Die Jurafuchs-Methode schichtet ab: Das sind die 14 wichtigsten Rechtsfragen, die es zu diesem Fall zu verstehen gilt
1. K könnte gegen B ein Schadensersatzanspruch aus §§ 989, 990 Abs. 1 BGB zustehen.
Ja, in der Tat!
2. Lag zwischen K und B eine Vindikationslage zur Zeit des schädigenden Ereignisses vor?
Ja!
3. Liegen die übrigen Voraussetzungen des Anspruchs aus §§ 989, 990 Abs. 1 BGB vor?
Nein, das ist nicht der Fall!
4. Sind neben den EBV-Ansprüchen Schadensersatzansprüche aus §§ 823ff.

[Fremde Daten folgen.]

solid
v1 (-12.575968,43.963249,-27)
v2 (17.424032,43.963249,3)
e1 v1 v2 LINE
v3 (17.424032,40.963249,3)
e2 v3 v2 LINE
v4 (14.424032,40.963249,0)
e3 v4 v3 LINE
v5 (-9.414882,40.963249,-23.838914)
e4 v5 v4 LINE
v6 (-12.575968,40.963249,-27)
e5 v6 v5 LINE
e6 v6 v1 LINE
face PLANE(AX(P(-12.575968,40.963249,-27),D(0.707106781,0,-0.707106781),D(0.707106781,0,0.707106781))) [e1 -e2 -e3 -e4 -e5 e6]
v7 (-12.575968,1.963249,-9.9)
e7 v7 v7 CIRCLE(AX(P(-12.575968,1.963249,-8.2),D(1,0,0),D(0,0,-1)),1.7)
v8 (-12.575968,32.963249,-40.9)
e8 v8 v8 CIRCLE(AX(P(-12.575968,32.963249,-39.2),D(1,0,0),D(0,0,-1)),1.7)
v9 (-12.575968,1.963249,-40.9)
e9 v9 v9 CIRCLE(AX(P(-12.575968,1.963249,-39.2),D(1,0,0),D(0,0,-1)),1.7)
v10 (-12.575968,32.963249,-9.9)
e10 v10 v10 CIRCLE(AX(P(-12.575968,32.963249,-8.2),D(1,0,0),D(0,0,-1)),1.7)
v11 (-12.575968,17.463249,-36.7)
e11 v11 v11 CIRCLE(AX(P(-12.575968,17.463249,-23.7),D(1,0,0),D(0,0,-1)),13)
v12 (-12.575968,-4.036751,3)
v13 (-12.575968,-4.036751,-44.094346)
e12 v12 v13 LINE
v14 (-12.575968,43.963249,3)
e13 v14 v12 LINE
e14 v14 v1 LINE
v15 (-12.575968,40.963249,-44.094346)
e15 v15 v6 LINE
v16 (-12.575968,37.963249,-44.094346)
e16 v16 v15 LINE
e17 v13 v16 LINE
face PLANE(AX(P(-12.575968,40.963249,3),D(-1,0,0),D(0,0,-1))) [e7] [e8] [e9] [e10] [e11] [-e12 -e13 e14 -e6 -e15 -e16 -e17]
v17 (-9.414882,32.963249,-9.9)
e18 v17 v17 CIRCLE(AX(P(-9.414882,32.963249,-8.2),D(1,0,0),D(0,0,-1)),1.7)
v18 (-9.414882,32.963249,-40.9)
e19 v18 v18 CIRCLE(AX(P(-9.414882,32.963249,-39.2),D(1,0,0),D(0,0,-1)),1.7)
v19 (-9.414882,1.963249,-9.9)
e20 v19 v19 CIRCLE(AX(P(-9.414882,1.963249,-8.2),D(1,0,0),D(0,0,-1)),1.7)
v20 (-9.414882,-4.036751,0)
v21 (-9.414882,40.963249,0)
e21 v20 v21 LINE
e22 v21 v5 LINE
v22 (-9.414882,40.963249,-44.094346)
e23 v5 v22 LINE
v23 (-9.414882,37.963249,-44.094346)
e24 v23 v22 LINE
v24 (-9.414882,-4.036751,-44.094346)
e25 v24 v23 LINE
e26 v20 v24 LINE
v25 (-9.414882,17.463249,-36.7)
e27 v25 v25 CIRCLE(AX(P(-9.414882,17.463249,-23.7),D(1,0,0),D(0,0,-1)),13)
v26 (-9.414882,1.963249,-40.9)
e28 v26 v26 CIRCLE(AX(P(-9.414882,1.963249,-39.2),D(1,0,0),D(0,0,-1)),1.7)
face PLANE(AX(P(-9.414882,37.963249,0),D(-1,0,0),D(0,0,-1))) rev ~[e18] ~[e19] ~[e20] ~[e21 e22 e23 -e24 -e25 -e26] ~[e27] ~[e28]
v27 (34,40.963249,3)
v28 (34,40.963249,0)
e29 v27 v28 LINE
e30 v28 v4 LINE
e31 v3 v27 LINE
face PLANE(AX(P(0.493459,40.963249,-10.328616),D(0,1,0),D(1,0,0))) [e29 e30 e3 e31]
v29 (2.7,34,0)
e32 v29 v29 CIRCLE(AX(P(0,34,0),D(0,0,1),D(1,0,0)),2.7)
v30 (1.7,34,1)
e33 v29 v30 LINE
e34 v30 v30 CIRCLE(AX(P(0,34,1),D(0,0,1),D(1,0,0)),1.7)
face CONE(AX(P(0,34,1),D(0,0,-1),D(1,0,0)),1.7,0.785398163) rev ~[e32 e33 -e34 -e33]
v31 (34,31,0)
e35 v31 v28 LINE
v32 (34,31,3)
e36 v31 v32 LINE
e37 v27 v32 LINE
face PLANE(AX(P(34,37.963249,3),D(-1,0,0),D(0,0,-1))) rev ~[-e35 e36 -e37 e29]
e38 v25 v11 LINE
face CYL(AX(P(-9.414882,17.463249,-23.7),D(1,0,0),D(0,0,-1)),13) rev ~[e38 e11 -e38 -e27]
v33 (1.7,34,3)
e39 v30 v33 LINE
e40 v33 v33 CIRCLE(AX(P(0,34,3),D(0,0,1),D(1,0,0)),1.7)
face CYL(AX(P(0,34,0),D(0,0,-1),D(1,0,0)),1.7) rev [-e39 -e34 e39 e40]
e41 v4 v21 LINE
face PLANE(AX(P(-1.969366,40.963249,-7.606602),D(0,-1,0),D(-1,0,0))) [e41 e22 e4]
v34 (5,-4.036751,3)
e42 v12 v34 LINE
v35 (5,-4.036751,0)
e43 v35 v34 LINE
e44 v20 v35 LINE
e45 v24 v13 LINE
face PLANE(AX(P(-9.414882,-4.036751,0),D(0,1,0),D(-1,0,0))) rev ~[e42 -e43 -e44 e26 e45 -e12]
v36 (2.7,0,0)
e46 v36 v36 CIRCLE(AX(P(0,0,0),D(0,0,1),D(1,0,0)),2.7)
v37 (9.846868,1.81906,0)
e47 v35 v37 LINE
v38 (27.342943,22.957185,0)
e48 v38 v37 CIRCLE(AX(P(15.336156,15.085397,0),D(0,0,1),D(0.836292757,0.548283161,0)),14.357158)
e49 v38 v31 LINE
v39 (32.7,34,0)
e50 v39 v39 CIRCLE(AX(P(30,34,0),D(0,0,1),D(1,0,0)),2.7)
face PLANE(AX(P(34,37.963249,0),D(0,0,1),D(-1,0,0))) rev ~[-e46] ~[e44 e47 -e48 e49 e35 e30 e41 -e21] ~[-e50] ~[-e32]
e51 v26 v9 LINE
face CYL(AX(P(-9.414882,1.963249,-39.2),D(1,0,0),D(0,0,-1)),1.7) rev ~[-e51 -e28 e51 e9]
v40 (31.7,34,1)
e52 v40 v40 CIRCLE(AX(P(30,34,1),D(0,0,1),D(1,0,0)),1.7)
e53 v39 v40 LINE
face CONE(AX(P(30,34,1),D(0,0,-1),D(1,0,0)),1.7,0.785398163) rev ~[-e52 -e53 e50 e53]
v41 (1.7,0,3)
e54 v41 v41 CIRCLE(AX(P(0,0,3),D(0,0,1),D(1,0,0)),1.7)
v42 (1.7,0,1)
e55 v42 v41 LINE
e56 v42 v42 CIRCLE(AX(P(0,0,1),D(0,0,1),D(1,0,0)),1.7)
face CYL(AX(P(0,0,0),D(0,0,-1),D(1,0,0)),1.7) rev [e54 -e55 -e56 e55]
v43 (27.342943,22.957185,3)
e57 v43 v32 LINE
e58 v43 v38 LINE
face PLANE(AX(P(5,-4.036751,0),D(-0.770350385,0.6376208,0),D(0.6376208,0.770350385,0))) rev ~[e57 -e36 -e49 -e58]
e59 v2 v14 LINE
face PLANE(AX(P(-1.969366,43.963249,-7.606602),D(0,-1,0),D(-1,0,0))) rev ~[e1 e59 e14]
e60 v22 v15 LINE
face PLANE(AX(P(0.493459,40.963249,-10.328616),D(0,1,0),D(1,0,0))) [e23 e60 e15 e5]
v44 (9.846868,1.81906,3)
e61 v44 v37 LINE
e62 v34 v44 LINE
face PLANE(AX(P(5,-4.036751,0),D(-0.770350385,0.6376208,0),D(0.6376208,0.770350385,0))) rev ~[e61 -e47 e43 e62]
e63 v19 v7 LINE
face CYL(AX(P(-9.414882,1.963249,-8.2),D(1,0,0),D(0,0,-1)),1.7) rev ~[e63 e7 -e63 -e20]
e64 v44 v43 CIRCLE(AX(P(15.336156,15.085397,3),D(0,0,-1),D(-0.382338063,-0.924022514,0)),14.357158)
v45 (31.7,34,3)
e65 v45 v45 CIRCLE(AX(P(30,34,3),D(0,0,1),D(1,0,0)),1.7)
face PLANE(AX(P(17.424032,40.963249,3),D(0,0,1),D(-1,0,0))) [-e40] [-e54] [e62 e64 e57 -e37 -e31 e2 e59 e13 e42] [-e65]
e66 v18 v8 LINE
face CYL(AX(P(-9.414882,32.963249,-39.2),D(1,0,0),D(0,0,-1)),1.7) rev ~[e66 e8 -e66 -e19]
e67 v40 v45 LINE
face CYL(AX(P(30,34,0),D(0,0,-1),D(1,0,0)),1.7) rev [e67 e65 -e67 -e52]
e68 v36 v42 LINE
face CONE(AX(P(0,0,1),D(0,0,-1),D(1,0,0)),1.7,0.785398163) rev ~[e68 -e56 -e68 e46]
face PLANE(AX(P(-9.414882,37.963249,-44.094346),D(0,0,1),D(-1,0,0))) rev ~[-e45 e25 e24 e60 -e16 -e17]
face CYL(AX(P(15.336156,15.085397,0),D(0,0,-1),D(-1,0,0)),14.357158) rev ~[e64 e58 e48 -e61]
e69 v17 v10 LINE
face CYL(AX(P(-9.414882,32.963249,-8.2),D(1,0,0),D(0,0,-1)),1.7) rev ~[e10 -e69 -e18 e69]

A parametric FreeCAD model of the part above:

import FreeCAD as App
import Part
import Sketcher


def edges_at(feature, points):
    """Names of the edges that pass closest to the given points."""
    edges = feature.Shape.Edges
    near = lambda p: min(range(len(edges)), key=lambda i: edges[i].distToShape(Part.Vertex(*p))[0])
    return sorted({f"Edge{near(p) + 1}" for p in points})


def add_polygon(sketch, points):
    """Adds a closed chain of lines whose ends are joined by coincident constraints."""
    first, n = sketch.GeometryCount, len(points)
    for a, b in zip(points, points[1:] + points[:1]):
        sketch.addGeometry(Part.LineSegment(App.Vector(*a, 0), App.Vector(*b, 0)), False)
    for i in range(n):
        sketch.addConstraint(Sketcher.Constraint("Coincident", first + i, 2, first + (i + 1) % n, 1))

doc = App.newDocument("Part")
body = doc.addObject("PartDesign::Body", "Body")

sketch1 = body.newObject("Sketcher::SketchObject", "Sketch")
sketch1.AttachmentSupport = (doc.getObject("XY_Plane"), [""])
sketch1.MapMode = "FlatFace"
add_polygon(sketch1, [(34, 31), (34, 38), (-12.6, 38), (-12.6, -4), (5, -4)])
sketch1.addGeometry(Part.Circle(App.Vector(0, 0, 0), App.Vector(0, 0, 1), 1.7), False)
sketch1.addGeometry(Part.Circle(App.Vector(0, 34, 0), App.Vector(0, 0, 1), 1.7), False)
sketch1.addGeometry(Part.Circle(App.Vector(30, 34, 0), App.Vector(0, 0, 1), 1.7), False)
sketch1.addConstraint(Sketcher.Constraint("Vertical", 0))
sketch1.addConstraint(Sketcher.Constraint("Horizontal", 1))
sketch1.addConstraint(Sketcher.Constraint("Vertical", 2))
sketch1.addConstraint(Sketcher.Constraint("Horizontal", 3))
sketch1.addConstraint(Sketcher.Constraint("Coincident", 5, 3, -1, 1))
sketch1.addConstraint(Sketcher.Constraint("Equal", 5, 6))
sketch1.addConstraint(Sketcher.Constraint("Equal", 6, 7))
sketch1.addConstraint(Sketcher.Constraint("PointOnObject", 6, 3, -2))
sketch1.addConstraint(Sketcher.Constraint("Horizontal", 6, 3, 7, 3))
sketch1.addConstraint(Sketcher.Constraint("Diameter", 5, 3.4))
sketch1.addConstraint(Sketcher.Constraint("DistanceY", 2, 2, 2, 1, 42.0))
sketch1.addConstraint(Sketcher.Constraint("DistanceY", -1, 1, 6, 3, 34.0))
sketch1.addConstraint(Sketcher.Constraint("DistanceX", -1, 1, 7, 3, 30.0))
sketch1.addConstraint(Sketcher.Constraint("DistanceX", -1, 1, 0, 2, 34.0))
sketch1.addConstraint(Sketcher.Constraint("DistanceX", -1, 1, 3, 2, 5.0))
sketch1.addConstraint(Sketcher.Constraint("DistanceY", -1, 1, 4, 2, 31.0))
sketch1.addConstraint(Sketcher.Constraint("DistanceX", 1, 2, 1, 1, 46.575968))
sketch1.addConstraint(Sketcher.Constraint("DistanceY", 0, 1, 0, 2, 6.963249))
pad1 = body.newObject("PartDesign::Pad", "Pad")
pad1.Profile = sketch1
pad1.Length = 3

sketch2 = body.newObject("Sketcher::SketchObject", "Sketch001")
sketch2.AttachmentSupport = (doc.getObject("XY_Plane"), [""])
sketch2.MapMode = "FlatFace"
add_polygon(sketch2, [(-9.4, 38), (-9.4, -4), (-12.6, -4), (-12.6, 38)])
sketch2.addConstraint(Sketcher.Constraint("Vertical", 0))
sketch2.addConstraint(Sketcher.Constraint("Horizontal", 1))
sketch2.addConstraint(Sketcher.Constraint("Vertical", 2))
sketch2.addConstraint(Sketcher.Constraint("Horizontal", 3))
sketch2.addConstraint(Sketcher.Constraint("DistanceY", 0, 2, 0, 1, 42.0))
sketch2.addConstraint(Sketcher.Constraint("DistanceX", 1, 2, 1, 1, 3.161086))
sketch2.addConstraint(Sketcher.Constraint("DistanceX", 0, 2, -1, 1, 9.414882))
sketch2.addConstraint(Sketcher.Constraint("DistanceY", 0, 2, -1, 1, 4.036751))
pad2 = body.newObject("PartDesign::Pad", "Pad001")
pad2.Profile = sketch2
pad2.Length = 45
pad2.Reversed = True

sketch3 = body.newObject("Sketcher::SketchObject", "Sketch002")
sketch3.AttachmentSupport = (doc.getObject("YZ_Plane"), [""])
sketch3.MapMode = "FlatFace"
sketch3.AttachmentOffset = App.Placement(App.Vector(0, 0, -9.414882), App.Rotation())
sketch3.addGeometry(Part.Circle(App.Vector(33, -8.2, 0), App.Vector(0, 0, 1), 1.7), False)
sketch3.addGeometry(Part.Circle(App.Vector(2, -8.2, 0), App.Vector(0, 0, 1), 1.7), False)
sketch3.addGeometry(Part.Circle(App.Vector(2, -39.2, 0), App.Vector(0, 0, 1), 1.7), False)
sketch3.addGeometry(Part.Circle(App.Vector(33, -39.2, 0), App.Vector(0, 0, 1), 1.7), False)
sketch3.addGeometry(Part.Circle(App.Vector(17.5, -23.7, 0), App.Vector(0, 0, 1), 13), False)
sketch3.addConstraint(Sketcher.Constraint("Equal", 0, 1))
sketch3.addConstraint(Sketcher.Constraint("Equal", 1, 2))
sketch3.addConstraint(Sketcher.Constraint("Equal", 2, 3))
sketch3.addConstraint(Sketcher.Constraint("Horizontal", 0, 3, 1, 3))
sketch3.addConstraint(Sketcher.Constraint("Horizontal", 2, 3, 3, 3))
sketch3.addConstraint(Sketcher.Constraint("Vertical", 1, 3, 2, 3))
sketch3.addConstraint(Sketcher.Constraint("Vertical", 0, 3, 3, 3))
sketch3.addConstraint(Sketcher.Constraint("Diameter", 4, 26.0))
sketch3.addConstraint(Sketcher.Constraint("Diameter", 0, 3.4))
sketch3.addConstraint(Sketcher.Constraint("DistanceX", 1, 3, 0, 3, 31.0))
sketch3.addConstraint(Sketcher.Constraint("DistanceY", 2, 3, 1, 3, 31.0))
sketch3.addConstraint(Sketcher.Constraint("DistanceY", 0, 3, -1, 1, 8.2))
sketch3.addConstraint(Sketcher.Constraint("DistanceY", 4, 3, -1, 1, 23.7))
sketch3.addConstraint(Sketcher.Constraint("DistanceX", 4, 3, 0, 3, 15.5))
sketch3.addConstraint(Sketcher.Constraint("DistanceX", -1, 1, 0, 3, 32.963249))
pocket1 = body.newObject("PartDesign::Pocket", "Pocket")
pocket1.Profile = sketch3
pocket1.Length = 45

sketch4 = body.newObject("Sketcher::SketchObject", "Sketch003")
sketch4.AttachmentSupport = (doc.getObject("XY_Plane"), [""])
sketch4.MapMode = "FlatFace"
sketch4.addGeometry(Part.Circle(App.Vector(15, 15, 0), App.Vector(0, 0, 1), 14), False)
sketch4.addConstraint(Sketcher.Constraint("Diameter", 0, 28.714316))
sketch4.addConstraint(Sketcher.Constraint("DistanceX", -1, 1, 0, 3, 15.336156))
sketch4.addConstraint(Sketcher.Constraint("DistanceY", -1, 1, 0, 3, 15.085397))
pocket2 = body.newObject("PartDesign::Pocket", "Pocket001")
pocket2.Profile = sketch4
pocket2.Length = 5
pocket2.Reversed = True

BGB anwendbar?
Nein, das trifft nicht zu!
5. Könnte K ein Wertersatzanspruch gegen B zustehen (§§ 951 Abs. 1 S. 1, 812 Abs. 1 S. 1 Alt. 2, 818 Abs. 2 BGB)?
Ja!
6. Ist dieser Wertersatzanspruch trotz der Sperrwirkung des EBV (§ 993 Abs. 1 Hs. 2 BGB) anwendbar?
Genau, so ist das!
7. Hat K das Eigentum an den Bullen durch Verarbeitung des B verloren (§ 950 BGB)?
Ja, in der Tat!
8. Handelt es sich bei § 951 Abs. 1 S. 1 BGB nur um einen Rechtsfolgenverweis auf das Bereicherungsrecht?
Nein!
9. Müssten für einen Wertersatzanspruch daher zusätzlich die Voraussetzungen des § 812 Abs. 1 S. 1 Alt. 2 BGB vorliegen?
Genau, so ist das!
10. Hat B das Eigentum an der Wurst in sonstiger Weise erlangt?
Ja, in der Tat!
11. Hat B die Bullen auch auf Kosten des K verwertet?
Ja!
12. Bestand für den Eigentumserwerb des B ein Rechtsgrund?
Nein, das ist nicht der Fall!
13. Kann K von B Wertersatz verlangen?
Ja, in der Tat!
14. Kann B sich gegenüber K im Rahmen der Entreicherung auf die an D gezahlten €1.000 berufen (§ 818 Abs. 3 BGB)?
Nein!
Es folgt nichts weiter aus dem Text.